5. CONCLUSÕES GERAIS

Diante dos resultados obtidos ao longo do período de observações, pode-se concluir que:

a. O processo de extração por agitação mecânica utilizando uma solução etanólica

como solvente permite a obtenção de extrato rico em compostos fenólicos,
possibilitando a obtenção de compostos de alto valor agregado a partir do
reaproveitamento do bagaço da uva utilizada produção de suco e polpas
congeladas.

b. O processo de microencapsulação dos extratos fenólicos do bagaço da uva pela

técnica de liofilização aplicando maltodextrina como material de parede
proporciona a obtenção de um material seco, com elevado potencial antioxidante.

c. A aplicação dos extratos liofilizado e microencapsulado em hambúrguer bovino

promove uma maior estabilidade oxidativa diminuindo a formação de substâncias
nocivas oriundas dos processos de oxidação lipídica e proteica.

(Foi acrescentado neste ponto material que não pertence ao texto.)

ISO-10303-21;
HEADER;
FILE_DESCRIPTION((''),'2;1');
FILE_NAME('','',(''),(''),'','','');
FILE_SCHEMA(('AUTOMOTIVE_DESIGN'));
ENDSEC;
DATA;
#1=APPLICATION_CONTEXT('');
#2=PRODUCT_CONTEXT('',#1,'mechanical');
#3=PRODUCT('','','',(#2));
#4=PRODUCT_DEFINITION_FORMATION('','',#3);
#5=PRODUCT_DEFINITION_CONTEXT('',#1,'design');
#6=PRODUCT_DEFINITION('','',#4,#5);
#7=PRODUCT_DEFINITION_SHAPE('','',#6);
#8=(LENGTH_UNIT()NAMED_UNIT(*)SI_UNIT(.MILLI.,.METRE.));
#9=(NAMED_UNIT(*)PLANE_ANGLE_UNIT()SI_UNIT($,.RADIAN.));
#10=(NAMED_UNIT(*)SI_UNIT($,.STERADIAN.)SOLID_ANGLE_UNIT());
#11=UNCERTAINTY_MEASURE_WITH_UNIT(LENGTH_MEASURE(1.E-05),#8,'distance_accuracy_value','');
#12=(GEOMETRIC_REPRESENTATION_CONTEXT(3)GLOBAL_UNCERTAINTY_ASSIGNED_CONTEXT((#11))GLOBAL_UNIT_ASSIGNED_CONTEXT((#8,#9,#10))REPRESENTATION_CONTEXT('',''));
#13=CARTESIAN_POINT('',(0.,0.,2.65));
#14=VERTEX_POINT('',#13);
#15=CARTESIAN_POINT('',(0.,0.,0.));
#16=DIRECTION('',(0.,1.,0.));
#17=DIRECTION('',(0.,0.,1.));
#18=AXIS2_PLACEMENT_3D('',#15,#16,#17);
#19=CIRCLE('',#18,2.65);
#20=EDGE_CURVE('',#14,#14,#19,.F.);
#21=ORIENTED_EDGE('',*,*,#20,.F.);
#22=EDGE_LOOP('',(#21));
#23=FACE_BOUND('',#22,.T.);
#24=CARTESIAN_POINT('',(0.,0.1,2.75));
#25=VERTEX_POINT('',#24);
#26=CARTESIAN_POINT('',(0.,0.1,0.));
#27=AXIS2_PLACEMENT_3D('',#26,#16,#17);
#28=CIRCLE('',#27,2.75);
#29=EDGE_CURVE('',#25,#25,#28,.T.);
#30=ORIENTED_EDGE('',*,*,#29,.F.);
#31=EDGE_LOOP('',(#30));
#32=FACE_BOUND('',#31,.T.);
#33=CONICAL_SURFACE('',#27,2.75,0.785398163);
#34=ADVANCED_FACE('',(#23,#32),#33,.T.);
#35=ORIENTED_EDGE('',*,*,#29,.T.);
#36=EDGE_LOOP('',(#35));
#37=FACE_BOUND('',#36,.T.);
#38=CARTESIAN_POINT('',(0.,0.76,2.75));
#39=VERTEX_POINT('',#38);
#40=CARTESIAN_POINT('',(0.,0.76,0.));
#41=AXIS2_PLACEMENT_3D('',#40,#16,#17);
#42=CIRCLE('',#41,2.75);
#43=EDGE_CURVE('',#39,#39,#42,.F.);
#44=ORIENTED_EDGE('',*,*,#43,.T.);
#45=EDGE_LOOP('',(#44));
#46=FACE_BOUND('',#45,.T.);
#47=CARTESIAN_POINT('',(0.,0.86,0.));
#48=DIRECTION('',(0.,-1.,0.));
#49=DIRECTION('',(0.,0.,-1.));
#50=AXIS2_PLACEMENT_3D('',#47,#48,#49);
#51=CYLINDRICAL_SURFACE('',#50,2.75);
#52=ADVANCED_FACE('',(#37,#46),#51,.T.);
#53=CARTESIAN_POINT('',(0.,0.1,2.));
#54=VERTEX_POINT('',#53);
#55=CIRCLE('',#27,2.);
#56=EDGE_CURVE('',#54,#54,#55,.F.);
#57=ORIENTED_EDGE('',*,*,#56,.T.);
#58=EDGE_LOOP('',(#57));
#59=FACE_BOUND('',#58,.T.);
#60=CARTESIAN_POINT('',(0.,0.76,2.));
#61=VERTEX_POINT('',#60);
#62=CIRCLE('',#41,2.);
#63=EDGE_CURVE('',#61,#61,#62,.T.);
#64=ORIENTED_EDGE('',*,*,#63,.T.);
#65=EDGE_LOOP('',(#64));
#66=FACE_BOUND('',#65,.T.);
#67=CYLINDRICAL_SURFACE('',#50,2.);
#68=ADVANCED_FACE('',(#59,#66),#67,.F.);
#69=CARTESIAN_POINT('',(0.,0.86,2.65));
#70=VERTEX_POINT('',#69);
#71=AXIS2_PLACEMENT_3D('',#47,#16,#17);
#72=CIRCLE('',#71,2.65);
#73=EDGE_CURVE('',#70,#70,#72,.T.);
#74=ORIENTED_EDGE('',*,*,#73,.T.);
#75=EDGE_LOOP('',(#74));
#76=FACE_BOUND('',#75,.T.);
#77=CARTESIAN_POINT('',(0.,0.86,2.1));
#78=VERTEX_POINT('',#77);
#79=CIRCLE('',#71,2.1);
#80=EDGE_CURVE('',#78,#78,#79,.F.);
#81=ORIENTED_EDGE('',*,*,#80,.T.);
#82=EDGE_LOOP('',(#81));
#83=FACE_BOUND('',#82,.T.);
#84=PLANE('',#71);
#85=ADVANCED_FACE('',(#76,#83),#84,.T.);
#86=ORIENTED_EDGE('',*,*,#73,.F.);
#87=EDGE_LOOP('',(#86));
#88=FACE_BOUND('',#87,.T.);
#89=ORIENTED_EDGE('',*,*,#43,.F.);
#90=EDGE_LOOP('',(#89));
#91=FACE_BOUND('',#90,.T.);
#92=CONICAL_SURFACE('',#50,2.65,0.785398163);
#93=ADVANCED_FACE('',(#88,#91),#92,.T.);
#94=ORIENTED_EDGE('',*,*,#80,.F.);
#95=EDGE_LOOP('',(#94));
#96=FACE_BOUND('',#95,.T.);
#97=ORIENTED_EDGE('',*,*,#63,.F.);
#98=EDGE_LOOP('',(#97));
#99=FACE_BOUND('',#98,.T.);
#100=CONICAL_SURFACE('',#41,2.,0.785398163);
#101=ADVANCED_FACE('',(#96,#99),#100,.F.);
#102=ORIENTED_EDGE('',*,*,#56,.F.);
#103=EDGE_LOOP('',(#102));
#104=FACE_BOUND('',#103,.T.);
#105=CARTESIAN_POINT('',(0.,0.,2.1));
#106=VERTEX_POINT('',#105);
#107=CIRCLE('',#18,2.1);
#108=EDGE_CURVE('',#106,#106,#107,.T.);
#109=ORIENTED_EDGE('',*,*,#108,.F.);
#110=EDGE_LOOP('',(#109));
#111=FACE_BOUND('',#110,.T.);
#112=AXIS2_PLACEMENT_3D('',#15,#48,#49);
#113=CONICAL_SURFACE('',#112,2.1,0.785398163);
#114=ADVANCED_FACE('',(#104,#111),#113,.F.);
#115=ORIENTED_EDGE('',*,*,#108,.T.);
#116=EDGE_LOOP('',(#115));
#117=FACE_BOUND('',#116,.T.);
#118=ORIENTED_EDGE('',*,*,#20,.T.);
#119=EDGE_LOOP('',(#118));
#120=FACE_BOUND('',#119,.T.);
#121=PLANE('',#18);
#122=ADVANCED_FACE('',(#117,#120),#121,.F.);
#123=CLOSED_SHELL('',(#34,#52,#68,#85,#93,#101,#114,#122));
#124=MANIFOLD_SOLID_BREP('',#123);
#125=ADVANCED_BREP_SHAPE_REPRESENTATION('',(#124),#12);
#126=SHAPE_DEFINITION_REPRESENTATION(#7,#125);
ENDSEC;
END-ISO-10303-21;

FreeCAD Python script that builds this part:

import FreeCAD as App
import Part
import Sketcher
from FreeCAD import Vector


def edges_at(feature, points):
    """Names of the edges that pass closest to the given points."""
    edges = feature.Shape.Edges
    near = lambda p: min(range(len(edges)), key=lambda i: edges[i].distToShape(Part.Vertex(*p))[0])
    return sorted({f"Edge{near(p) + 1}" for p in points})

doc = App.newDocument("Part")
params = doc.addObject("Spreadsheet::Sheet", "Params")
for row, (alias, value) in enumerate([
    ("sketch1_diameter", "4 mm"),
    ("sketch1_diameter2", "5.5 mm"),
    ("pad1_length", "0.86 mm"),
    ("chamfer_size", "0.1 mm"),
], start=1):
    params.set(f"A{row}", alias)
    params.set(f"B{row}", "=" + value)
    params.setAlias(f"B{row}", alias)

body = doc.addObject("PartDesign::Body", "Body")

sketch1 = body.newObject("Sketcher::SketchObject", "Sketch")
sketch1.AttachmentSupport = (doc.getObject("XZ_Plane"), [""])
sketch1.MapMode = "FlatFace"
sketch1.addGeometry([
    Part.Circle(Vector(0, 0, 0), Vector(0, 0, 1), 2.8),
    Part.Circle(Vector(0, 0, 0), Vector(0, 0, 1), 2),
], False)
sketch1.addConstraint([
    Sketcher.Constraint("Coincident", 0, 3, -1, 1),
    Sketcher.Constraint("Coincident", 1, 3, -1, 1),
    Sketcher.Constraint("Diameter", 1, 4.0),
    Sketcher.Constraint("Diameter", 0, 5.5),
])
sketch1.setExpression("Constraints[2]", "Params.sketch1_diameter")
sketch1.setExpression("Constraints[3]", "Params.sketch1_diameter2")
pad1 = body.newObject("PartDesign::Pad", "Pad")
pad1.Profile = sketch1
pad1.setExpression("Length", "Params.pad1_length")
pad1.Reversed = True
doc.recompute()

chamfer = body.newObject("PartDesign::Chamfer", "Chamfer")
chamfer.Base = (pad1, edges_at(pad1, [
    (-2.75, 0, 0),
    (-2.75, 0.86, 0),
    (-2, 0, 0),
    (-2, 0.86, 0),
]))
chamfer.setExpression("Size", "Params.chamfer_size")

doc.recompute()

d. A aplicação dos extratos fenólicos do bagaço da uva apresentam potencial em

promover uma maior estabilidade da cor dos hambúrgueres, indicando uma
proteção do pigmento da carne.

e. O processo de pré-cocção não influenciou significativamente nos níveis de

compostos fenólicos remanescente nos hambúrgueres, não alterando, também, os
níveis de oxidação lipídica e proteica entre as amostras cruas e pré-cozidas.

f. No geral, os melhores resultados foram observados nos hambúrgueres que

receberam o extrato microencapsulado, indicando que a microencapsulação
protegeu os compostos fenólicos da aplicação de calor e possivelmente promoveu
uma liberação gradual ao longo do armazenamento.

Para estudos futuros, sugere-se avaliar o processo de microencapsulação a partir

de outras técnicas, e utilizando diferentes agentes encapsulantes. Além disso, sugere-
se uma avaliação das características sensoriais, bem como, da estabilidade
microbiológica dos hambúrgueres adicionados dos extratos liofilizado e
microencapsulado, visando a obtenção de novos produtos com aplicação na indústria
da carne, formulados a partir de ingredientes naturais.